Task brief:
The lines to copy are those in the records below that hold the word "through".

Data:
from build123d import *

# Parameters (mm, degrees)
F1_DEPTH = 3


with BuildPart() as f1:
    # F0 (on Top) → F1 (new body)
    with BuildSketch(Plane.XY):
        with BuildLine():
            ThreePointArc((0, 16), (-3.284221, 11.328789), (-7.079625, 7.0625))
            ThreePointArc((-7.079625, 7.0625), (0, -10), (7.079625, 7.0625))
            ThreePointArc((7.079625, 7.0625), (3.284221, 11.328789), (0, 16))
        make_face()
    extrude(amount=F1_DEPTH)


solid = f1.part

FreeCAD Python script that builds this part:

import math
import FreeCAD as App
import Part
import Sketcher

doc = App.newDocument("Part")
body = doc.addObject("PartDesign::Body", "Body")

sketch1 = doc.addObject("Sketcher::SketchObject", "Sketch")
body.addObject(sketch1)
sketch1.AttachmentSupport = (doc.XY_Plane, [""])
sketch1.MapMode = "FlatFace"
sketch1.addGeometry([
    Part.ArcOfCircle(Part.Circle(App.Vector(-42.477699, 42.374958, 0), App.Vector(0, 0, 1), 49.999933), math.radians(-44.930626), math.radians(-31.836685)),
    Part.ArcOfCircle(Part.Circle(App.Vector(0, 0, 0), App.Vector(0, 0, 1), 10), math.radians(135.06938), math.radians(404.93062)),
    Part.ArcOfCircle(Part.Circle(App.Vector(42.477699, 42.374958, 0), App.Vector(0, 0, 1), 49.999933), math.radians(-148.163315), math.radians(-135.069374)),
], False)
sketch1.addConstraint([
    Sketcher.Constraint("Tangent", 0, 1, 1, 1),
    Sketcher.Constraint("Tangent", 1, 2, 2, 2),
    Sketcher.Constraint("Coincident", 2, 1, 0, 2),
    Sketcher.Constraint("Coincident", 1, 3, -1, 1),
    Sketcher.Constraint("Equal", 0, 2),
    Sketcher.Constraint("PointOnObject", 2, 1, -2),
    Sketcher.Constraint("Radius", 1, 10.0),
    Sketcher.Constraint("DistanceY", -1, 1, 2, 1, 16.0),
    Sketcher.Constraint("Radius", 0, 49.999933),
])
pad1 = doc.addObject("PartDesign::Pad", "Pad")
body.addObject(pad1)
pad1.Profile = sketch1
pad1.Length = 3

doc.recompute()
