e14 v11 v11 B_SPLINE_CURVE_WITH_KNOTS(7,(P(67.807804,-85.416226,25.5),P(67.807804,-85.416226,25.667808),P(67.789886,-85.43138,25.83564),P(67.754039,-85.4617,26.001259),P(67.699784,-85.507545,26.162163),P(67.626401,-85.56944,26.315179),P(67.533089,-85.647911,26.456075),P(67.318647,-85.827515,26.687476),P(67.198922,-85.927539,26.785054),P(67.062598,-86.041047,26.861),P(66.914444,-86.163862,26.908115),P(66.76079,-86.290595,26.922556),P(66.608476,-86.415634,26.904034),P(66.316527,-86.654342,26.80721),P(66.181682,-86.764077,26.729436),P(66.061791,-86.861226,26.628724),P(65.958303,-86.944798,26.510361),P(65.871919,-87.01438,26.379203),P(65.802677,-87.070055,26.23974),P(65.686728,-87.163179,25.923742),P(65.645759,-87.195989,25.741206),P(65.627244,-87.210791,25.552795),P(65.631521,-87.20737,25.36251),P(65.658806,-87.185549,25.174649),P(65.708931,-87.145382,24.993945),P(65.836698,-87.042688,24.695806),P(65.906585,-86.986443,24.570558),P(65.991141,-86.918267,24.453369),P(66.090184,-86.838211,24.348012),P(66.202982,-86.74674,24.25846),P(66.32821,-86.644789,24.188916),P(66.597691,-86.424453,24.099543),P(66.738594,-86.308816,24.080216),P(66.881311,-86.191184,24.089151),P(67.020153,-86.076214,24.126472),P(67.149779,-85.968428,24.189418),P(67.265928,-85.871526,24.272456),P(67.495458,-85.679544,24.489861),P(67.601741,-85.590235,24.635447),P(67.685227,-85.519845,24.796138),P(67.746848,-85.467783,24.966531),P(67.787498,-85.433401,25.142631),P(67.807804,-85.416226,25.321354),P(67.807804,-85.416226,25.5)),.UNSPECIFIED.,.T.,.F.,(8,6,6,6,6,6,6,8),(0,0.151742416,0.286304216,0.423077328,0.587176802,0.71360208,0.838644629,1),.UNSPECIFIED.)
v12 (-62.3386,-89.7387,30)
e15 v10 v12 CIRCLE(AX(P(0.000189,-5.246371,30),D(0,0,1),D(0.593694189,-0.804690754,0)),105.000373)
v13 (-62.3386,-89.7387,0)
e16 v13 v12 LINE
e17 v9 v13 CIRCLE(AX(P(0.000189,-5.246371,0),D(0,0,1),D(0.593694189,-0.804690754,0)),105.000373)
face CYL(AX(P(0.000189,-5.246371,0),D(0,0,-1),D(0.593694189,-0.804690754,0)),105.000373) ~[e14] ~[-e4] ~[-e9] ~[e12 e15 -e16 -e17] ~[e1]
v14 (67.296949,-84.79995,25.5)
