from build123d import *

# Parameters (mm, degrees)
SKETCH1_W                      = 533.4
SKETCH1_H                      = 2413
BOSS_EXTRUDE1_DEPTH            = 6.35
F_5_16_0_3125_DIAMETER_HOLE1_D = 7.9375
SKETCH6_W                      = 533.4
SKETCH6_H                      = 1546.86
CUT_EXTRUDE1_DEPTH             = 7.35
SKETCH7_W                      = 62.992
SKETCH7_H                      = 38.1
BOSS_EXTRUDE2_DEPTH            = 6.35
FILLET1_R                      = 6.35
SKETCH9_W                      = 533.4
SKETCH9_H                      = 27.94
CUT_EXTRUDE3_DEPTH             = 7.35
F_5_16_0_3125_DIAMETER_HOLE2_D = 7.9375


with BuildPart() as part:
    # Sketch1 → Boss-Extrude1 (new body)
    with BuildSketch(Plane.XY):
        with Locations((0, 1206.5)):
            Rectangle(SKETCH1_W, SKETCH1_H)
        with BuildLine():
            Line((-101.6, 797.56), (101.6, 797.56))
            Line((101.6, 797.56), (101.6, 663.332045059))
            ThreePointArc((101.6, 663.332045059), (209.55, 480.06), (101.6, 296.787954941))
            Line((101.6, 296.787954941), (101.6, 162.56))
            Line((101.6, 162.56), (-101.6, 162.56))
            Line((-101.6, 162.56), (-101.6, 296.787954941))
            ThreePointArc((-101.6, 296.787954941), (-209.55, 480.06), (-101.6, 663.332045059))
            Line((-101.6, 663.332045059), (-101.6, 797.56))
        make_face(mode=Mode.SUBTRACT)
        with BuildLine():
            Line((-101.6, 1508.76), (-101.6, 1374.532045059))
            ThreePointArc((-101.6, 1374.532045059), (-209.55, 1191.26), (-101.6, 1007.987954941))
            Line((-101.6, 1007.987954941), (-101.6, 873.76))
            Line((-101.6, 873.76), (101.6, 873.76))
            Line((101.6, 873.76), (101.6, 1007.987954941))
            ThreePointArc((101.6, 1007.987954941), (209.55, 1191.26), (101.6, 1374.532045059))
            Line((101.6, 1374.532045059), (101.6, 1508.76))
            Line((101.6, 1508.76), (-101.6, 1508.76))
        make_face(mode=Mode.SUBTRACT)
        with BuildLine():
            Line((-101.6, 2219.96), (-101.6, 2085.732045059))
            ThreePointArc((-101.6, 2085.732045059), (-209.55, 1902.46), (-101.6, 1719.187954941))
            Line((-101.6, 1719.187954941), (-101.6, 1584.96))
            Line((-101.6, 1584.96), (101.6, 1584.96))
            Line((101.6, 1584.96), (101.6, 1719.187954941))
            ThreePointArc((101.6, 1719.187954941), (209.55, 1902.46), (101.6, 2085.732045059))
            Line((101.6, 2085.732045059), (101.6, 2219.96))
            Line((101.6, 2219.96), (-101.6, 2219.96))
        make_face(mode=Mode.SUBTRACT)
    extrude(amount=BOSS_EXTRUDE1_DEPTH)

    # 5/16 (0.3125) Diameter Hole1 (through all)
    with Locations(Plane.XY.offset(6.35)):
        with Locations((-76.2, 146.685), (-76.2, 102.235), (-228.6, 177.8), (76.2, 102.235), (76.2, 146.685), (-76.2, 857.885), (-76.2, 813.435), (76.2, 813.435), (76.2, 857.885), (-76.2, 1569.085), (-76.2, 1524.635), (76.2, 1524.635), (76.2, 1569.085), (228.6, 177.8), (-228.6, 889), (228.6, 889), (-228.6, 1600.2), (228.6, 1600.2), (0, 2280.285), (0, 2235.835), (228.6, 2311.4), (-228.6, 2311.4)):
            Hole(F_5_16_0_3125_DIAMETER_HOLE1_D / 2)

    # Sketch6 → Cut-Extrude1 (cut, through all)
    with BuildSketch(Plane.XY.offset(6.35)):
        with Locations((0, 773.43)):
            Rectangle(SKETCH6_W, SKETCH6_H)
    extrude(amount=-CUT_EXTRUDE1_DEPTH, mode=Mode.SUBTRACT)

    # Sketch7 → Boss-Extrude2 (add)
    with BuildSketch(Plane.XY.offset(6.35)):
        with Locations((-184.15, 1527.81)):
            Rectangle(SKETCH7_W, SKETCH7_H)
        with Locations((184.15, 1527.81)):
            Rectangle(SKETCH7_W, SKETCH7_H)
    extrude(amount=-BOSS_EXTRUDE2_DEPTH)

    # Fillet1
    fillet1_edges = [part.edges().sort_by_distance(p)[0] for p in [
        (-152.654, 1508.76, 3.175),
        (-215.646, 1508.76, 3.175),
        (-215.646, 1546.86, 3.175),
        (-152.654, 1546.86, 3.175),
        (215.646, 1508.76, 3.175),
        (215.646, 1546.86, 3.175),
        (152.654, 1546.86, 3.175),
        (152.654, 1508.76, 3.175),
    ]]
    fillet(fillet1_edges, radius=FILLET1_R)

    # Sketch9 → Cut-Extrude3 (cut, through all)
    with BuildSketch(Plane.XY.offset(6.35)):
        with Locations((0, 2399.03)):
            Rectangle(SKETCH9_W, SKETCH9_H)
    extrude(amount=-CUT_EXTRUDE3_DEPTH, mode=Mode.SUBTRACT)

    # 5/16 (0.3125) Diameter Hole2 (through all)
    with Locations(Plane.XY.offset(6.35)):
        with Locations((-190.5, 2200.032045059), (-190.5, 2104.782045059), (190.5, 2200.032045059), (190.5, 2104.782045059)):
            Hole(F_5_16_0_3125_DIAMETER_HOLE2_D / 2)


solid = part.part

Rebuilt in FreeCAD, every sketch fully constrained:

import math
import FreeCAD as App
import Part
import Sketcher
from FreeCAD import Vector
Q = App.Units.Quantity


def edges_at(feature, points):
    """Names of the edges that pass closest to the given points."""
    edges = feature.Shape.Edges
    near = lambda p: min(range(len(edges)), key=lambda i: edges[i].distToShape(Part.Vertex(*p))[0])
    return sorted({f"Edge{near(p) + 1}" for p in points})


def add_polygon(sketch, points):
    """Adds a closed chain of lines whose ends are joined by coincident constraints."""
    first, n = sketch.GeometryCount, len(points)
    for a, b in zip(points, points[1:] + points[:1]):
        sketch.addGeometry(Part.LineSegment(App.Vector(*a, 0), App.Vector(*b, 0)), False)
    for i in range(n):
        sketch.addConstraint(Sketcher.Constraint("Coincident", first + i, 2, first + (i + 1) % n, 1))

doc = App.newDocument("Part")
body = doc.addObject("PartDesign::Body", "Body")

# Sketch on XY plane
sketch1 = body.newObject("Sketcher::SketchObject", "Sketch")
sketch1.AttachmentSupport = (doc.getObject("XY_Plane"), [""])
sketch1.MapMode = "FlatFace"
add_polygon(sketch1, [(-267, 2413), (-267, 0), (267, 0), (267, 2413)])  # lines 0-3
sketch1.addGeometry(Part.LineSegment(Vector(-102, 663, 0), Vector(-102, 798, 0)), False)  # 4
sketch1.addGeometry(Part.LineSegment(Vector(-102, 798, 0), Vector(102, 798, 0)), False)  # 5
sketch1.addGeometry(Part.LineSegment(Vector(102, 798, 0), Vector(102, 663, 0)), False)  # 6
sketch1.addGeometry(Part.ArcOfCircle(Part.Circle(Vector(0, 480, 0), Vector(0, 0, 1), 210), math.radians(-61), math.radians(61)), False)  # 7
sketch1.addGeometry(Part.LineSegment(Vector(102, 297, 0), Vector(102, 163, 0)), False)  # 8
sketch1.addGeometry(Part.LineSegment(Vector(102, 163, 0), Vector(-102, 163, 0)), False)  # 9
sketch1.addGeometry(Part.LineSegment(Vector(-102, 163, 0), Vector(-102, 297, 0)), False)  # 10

---

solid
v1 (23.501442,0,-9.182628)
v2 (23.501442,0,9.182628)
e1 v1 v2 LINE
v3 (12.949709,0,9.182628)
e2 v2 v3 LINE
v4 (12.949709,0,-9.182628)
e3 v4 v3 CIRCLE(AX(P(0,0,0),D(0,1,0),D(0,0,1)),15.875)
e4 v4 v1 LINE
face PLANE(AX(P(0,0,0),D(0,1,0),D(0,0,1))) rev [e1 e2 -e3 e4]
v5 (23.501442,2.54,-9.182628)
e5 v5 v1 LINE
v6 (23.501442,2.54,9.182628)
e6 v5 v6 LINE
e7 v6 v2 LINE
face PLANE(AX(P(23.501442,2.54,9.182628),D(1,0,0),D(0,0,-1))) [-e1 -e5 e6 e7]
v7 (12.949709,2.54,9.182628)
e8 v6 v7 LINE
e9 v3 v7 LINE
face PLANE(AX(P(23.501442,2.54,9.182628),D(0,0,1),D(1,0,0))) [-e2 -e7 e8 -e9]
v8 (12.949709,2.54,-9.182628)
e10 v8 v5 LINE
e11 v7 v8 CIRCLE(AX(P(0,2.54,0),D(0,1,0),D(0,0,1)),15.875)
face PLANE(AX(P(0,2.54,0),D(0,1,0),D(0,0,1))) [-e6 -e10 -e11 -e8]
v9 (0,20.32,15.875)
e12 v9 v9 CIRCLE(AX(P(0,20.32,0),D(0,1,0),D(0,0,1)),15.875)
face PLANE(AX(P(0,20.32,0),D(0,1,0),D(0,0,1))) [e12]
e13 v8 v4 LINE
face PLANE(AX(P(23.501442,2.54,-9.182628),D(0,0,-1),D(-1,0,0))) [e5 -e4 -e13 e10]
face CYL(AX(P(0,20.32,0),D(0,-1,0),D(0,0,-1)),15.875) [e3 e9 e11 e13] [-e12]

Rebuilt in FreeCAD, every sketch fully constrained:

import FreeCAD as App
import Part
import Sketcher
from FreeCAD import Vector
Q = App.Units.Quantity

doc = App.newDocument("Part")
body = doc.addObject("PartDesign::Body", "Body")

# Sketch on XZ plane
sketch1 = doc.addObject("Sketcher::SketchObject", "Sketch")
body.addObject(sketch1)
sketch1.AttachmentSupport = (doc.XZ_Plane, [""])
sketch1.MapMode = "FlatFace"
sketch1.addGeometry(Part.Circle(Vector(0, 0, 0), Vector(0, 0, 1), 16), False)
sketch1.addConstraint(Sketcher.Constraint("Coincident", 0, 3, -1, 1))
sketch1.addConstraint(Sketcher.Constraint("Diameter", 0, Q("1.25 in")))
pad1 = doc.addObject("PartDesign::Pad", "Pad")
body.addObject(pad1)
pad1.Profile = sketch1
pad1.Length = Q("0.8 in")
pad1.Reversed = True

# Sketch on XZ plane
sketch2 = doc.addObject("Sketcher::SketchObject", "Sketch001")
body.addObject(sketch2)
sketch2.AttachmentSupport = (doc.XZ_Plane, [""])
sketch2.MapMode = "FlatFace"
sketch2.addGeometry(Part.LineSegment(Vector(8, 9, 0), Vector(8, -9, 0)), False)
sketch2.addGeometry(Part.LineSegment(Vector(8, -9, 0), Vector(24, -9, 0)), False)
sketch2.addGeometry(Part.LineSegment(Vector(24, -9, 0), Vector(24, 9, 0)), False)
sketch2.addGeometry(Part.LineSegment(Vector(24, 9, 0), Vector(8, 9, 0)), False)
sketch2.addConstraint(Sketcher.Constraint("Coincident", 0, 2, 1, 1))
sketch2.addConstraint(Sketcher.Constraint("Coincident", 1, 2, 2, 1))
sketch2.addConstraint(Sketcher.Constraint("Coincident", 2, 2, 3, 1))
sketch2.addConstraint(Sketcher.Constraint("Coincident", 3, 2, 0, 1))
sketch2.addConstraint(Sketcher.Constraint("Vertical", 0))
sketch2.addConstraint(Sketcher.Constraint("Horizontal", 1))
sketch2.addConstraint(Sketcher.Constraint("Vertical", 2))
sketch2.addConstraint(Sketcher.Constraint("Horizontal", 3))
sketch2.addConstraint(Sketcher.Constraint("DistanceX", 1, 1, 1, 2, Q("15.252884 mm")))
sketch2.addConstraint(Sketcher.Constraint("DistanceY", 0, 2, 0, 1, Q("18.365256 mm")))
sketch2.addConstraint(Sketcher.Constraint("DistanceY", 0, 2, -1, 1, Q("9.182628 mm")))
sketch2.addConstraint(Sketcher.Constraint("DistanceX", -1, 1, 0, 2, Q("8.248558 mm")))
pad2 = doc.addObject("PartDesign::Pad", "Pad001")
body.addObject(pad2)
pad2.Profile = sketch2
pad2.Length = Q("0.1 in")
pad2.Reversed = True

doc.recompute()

Answer to the problem:
    # 5/16 (0.3125) Diameter Hole1 (through all)
    # Sketch6 → Cut-Extrude1 (cut, through all)
    # Sketch9 → Cut-Extrude3 (cut, through all)
    # 5/16 (0.3125) Diameter Hole2 (through all)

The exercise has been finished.